Public and Private Banking
– K.C. Adams –
A clear distinction must be made between public and private banking. Banking is an essential public service that all use yet private banks have taken control of this role for the benefit of those who own and control them. The essential public service of banking is controlled by powerful private interests expropriating huge profits.
The big chartered banks have become public/private corporations containing a contradiction between their essential social nature and private ownership and control. The public/private banking enterprises have been given government monopoly charters to function essentially as public enterprises yet expropriating private profit with a handful of oligarchs exercising control over the sector.
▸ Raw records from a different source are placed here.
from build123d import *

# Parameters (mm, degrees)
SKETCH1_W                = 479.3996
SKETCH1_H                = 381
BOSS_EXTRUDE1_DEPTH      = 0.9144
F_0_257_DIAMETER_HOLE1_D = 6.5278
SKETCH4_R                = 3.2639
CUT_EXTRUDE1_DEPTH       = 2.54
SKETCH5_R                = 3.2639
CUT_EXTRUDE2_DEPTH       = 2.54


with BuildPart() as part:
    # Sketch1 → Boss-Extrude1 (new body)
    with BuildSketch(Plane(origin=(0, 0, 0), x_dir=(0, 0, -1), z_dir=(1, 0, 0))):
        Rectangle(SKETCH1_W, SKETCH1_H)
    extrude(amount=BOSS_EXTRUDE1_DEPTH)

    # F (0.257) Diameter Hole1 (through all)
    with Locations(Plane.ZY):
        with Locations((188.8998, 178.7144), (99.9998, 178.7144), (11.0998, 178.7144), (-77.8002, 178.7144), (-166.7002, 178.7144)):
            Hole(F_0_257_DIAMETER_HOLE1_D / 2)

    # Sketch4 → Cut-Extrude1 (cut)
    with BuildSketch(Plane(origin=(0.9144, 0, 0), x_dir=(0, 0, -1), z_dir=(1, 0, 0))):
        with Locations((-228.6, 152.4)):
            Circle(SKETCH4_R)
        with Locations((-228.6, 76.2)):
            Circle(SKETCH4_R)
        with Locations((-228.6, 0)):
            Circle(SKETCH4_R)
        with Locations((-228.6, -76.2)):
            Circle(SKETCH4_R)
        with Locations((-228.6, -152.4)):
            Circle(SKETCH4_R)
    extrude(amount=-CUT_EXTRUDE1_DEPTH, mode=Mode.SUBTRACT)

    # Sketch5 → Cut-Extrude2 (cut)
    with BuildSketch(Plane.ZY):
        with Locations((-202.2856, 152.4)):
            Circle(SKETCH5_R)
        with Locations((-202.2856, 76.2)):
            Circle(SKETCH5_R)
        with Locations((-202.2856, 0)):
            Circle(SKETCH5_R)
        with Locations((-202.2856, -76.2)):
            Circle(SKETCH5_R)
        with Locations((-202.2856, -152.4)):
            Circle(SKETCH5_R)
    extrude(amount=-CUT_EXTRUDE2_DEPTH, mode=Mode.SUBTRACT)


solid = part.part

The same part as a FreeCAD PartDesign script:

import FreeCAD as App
import Part
import Sketcher
Q = App.Units.Quantity

doc = App.newDocument("Part")
body = doc.addObject("PartDesign::Body", "Body")

# Sketch on YZ plane
sketch1 = body.newObject("Sketcher::SketchObject", "Sketch")
sketch1.AttachmentSupport = (doc.getObject("YZ_Plane"), [""])
sketch1.MapMode = "FlatFace"
sketch1.addGeometry(Part.LineSegment(App.Vector(190, 240, 0), App.Vector(-190, 240, 0)), False)
sketch1.addGeometry(Part.LineSegment(App.Vector(-190, 240, 0), App.Vector(-190, -240, 0)), False)
sketch1.addGeometry(Part.LineSegment(App.Vector(-190, -240, 0), App.Vector(190, -240, 0)), False)
sketch1.addGeometry(Part.LineSegment(App.Vector(190, -240, 0), App.Vector(190, 240, 0)), False)
sketch1.addConstraint(Sketcher.Constraint("Coincident", 0, 2, 1, 1))
sketch1.addConstraint(Sketcher.Constraint("Coincident", 1, 2, 2, 1))
sketch1.addConstraint(Sketcher.Constraint("Coincident", 2, 2, 3, 1))
sketch1.addConstraint(Sketcher.Constraint("Coincident", 3, 2, 0, 1))
sketch1.addConstraint(Sketcher.Constraint("Horizontal", 0))
sketch1.addConstraint(Sketcher.Constraint("Vertical", 1))
sketch1.addConstraint(Sketcher.Constraint("Horizontal", 2))
sketch1.addConstraint(Sketcher.Constraint("Vertical", 3))
sketch1.addConstraint(Sketcher.Constraint("Symmetric", 0, 2, 2, 2, -1, 1))
sketch1.addConstraint(Sketcher.Constraint("DistanceX", 0, 2, 0, 1, Q("15 in")))
sketch1.addConstraint(Sketcher.Constraint("DistanceY", 1, 2, 1, 1, Q("18.874 in")))
pad1 = body.newObject("PartDesign::Pad", "Pad")
pad1.Profile = sketch1
pad1.Length = Q("0.036 in")

# Sketch on YZ plane
sketch2 = body.newObject("Sketcher::SketchObject", "Sketch001")
sketch2.AttachmentSupport = (doc.getObject("YZ_Plane"), [""])
sketch2.MapMode = "FlatFace"
sketch2.addGeometry(Part.Circle(App.Vector(178.7, 188.9, 0), App.Vector(0, 0, 1), 3.3), False)
sketch2.addGeometry(Part.Circle(App.Vector(178.7, 100, 0), App.Vector(0, 0, 1), 3.3), False)
sketch2.addGeometry(Part.Circle(App.Vector(178.7, 11.1, 0), App.Vector(0, 0, 1), 3.3), False)
sketch2.addGeometry(Part.Circle(App.Vector(178.7, -77.8, 0), App.Vector(0, 0, 1), 3.3), False)
sketch2.addGeometry(Part.Circle(App.Vector(178.7, -166.7, 0), App.Vector(0, 0, 1), 3.3), False)
sketch2.addConstraint(Sketcher.Constraint("Equal", 0, 1))
sketch2.addConstraint(Sketcher.Constraint("Equal", 1, 2))
sketch2.addConstraint(Sketcher.Constraint("Equal", 2, 3))
sketch2.addConstraint(Sketcher.Constraint("Equal", 3, 4))
sketch2.addConstraint(Sketcher.Constraint("Vertical", 0, 3, 1, 3))
sketch2.addConstraint(Sketcher.Constraint("Vertical", 1, 3, 2, 3))
sketch2.addConstraint(Sketcher.Constraint("Vertical", 2, 3, 3, 3))
sketch2.addConstraint(Sketcher.Constraint("Vertical", 3, 3, 4, 3))
sketch2.addConstraint(Sketcher.Constraint("Diameter", 0, Q("0.257 in")))
sketch2.addConstraint(Sketcher.Constraint("DistanceY", 2, 3, 0, 3, Q("7 in")))
sketch2.addConstraint(Sketcher.Constraint("DistanceY", 3, 3, 1, 3, Q("7 in")))
sketch2.addConstraint(Sketcher.Constraint("DistanceY", 4, 3, 2, 3, Q("7 in")))
sketch2.addConstraint(Sketcher.Constraint("DistanceY", 1, 3, 0, 3, Q("3.5 in")))
sketch2.addConstraint(Sketcher.Constraint("DistanceX", -1, 1, 0, 3, Q("7.036 in")))
sketch2.addConstraint(Sketcher.Constraint("DistanceY", -1, 1, 0, 3, Q("7.437 in")))
doc.recompute()
hole = body.newObject("PartDesign::Hole", "Hole")
hole.Profile = sketch2
hole.ThreadType = "None"
hole.Diameter = Q("0.257 in")
hole.DepthType = "ThroughAll"
hole.Reversed = True

# Sketch on YZ plane
sketch3 = body.newObject("Sketcher::SketchObject", "Sketch002")
sketch3.AttachmentSupport = (doc.getObject("YZ_Plane"), [""])
sketch3.MapMode = "FlatFace"
sketch3.AttachmentOffset = App.Placement(App.Vector(0, 0, 0.036 * 25.4), App.Rotation())
sketch3.addGeometry(Part.Circle(App.Vector(152.4, 228.6, 0), App.Vector(0, 0, 1), 3.3), False)
sketch3.addGeometry(Part.Circle(App.Vector(76.2, 228.6, 0), App.Vector(0, 0, 1), 3.3), False)
sketch3.addGeometry(Part.Circle(App.Vector(0, 228.6, 0), App.Vector(0, 0, 1), 3.3), False)
sketch3.addGeometry(Part.Circle(App.Vector(-76.2, 228.6, 0), App.Vector(0, 0, 1), 3.3), False)
sketch3.addGeometry(Part.Circle(App.Vector(-152.4, 228.6, 0), App.Vector(0, 0, 1), 3.3), False)
sketch3.addConstraint(Sketcher.Constraint("Equal", 0, 1))
sketch3.addConstraint(Sketcher.Constraint("Equal", 1, 2))
sketch3.addConstraint(Sketcher.Constraint("Equal", 2, 3))
sketch3.addConstraint(Sketcher.Constraint("Equal", 3, 4))
sketch3.addConstraint(Sketcher.Constraint("Symmetric", 1, 3, 3, 3, -2))
sketch3.addConstraint(Sketcher.Constraint("Symmetric", 0, 3, 4, 3, -2))
sketch3.addConstraint(Sketcher.Constraint("PointOnObject", 2, 3, -2))
sketch3.addConstraint(Sketcher.Constraint("Horizontal", 0, 3, 1, 3))
sketch3.addConstraint(Sketcher.Constraint("Horizontal", 1, 3, 2, 3))
sketch3.addConstraint(Sketcher.Constraint("Diameter", 0, Q("0.257 in")))
sketch3.addConstraint(Sketcher.Constraint("DistanceX", -1, 1, 0, 3, Q("6 in")))
sketch3.addConstraint(Sketcher.Constraint("DistanceY", -1, 1, 0, 3, Q("9 in")))
sketch3.addConstraint(Sketcher.Constraint("DistanceX", -1, 1, 1, 3, Q("3 in")))
pocket1 = body.newObject("PartDesign::Pocket", "Pocket")
pocket1.Profile = sketch3
pocket1.Length = Q("0.1 in")

# Sketch on YZ plane
sketch4 = body.newObject("Sketcher::SketchObject", "Sketch003")
sketch4.AttachmentSupport = (doc.getObject("YZ_Plane"), [""])
sketch4.MapMode = "FlatFace"
sketch4.addGeometry(Part.Circle(App.Vector(152.4, -202.3, 0), App.Vector(0, 0, 1), 3.3), False)
sketch4.addGeometry(Part.Circle(App.Vector(76.2, -202.3, 0), App.Vector(0, 0, 1), 3.3), False)
sketch4.addGeometry(Part.Circle(App.Vector(0, -202.3, 0), App.Vector(0, 0, 1), 3.3), False)
sketch4.addGeometry(Part.Circle(App.Vector(-76.2, -202.3, 0), App.Vector(0, 0, 1), 3.3), False)
sketch4.addGeometry(Part.Circle(App.Vector(-152.4, -202.3, 0), App.Vector(0, 0, 1), 3.3), False)
sketch4.addConstraint(Sketcher.Constraint("Equal", 0, 1))
sketch4.addConstraint(Sketcher.Constraint("Equal", 1, 2))
sketch4.addConstraint(Sketcher.Constraint("Equal", 2, 3))
sketch4.addConstraint(Sketcher.Constraint("Equal", 3, 4))
sketch4.addConstraint(Sketcher.Constraint("Symmetric", 1, 3, 3, 3, -2))
sketch4.addConstraint(Sketcher.Constraint("Symmetric", 0, 3, 4, 3, -2))
sketch4.addConstraint(Sketcher.Constraint("PointOnObject", 2, 3, -2))
sketch4.addConstraint(Sketcher.Constraint("Horizontal", 0, 3, 1, 3))
sketch4.addConstraint(Sketcher.Constraint("Horizontal", 1, 3, 2, 3))
sketch4.addConstraint(Sketcher.Constraint("Diameter", 0, Q("0.257 in")))
sketch4.addConstraint(Sketcher.Constraint("DistanceX", -1, 1, 0, 3, Q("6 in")))
sketch4.addConstraint(Sketcher.Constraint("DistanceX", -1, 1, 1, 3, Q("3 in")))
sketch4.addConstraint(Sketcher.Constraint("DistanceY", 0, 3, -1, 1, Q("7.964 in")))
pocket2 = body.newObject("PartDesign::Pocket", "Pocket001")
pocket2.Profile = sketch4
pocket2.Length = Q("0.1 in")
pocket2.Reversed = True

doc.recompute()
The publicly chartered private banks lend out more money than they hold in accounts. In effect this means they are creators of money — something that should be a public social responsibility benefitting the commons and not a select few oligarchs. The money the private banks lend, which they do not possess, becomes real and theirs when repaid and realized with an extra amount thrown in as interest.
Mortgages
Another aspect of their public/private character is that they lend money as mortgages. Many of these mortgages are guaranteed by the public Canada Mortgage and Housing Corporation (CMHC). If the mortgage fails, the private banks seize the principal/collateral and CMHC makes up any shortfall. The public CMHC effectively subsidizes private mortgages, taking out much of the risk for the big banks. If, that is to say, lending money one does not possess can even be called a risk.
Hilliard MacBeth, long-time Edmonton-based financial advisor and author remarks bluntly, “In Canada, the CMHC is the primary risk taker and the bank just gets to keep all the profits.”
Banking is an essential public service that does not create new value directly but rather facilitates productive economic activity. Private interests profiting from such an essential public service under government monopoly charters, to the tune of billions of dollars each quarter, is a corrupt pay-the-rich practice destructive to the public interest, economy and common good.
This corrupt practice extends to public enterprises and governments borrowing money from global mostly private moneylenders, instead of from domestic public financial institutions. The private moneylenders buy government bonds and other instruments to park their money without risk and are paid with interest profit that comes out of the Canadian economy. When repaid, the global oligarchs use the money as they wish. This stands opposed to the modern practice of public financial institutions lending money to themselves and receiving back the fruits of productive investments for reinvestment back into the economy. This way of doing things facilitates extended reproduction, economic stability and opens the possibility to weaken the control of the global oligarchs over the economy in favour of the people, such as by increasing funding for social programs.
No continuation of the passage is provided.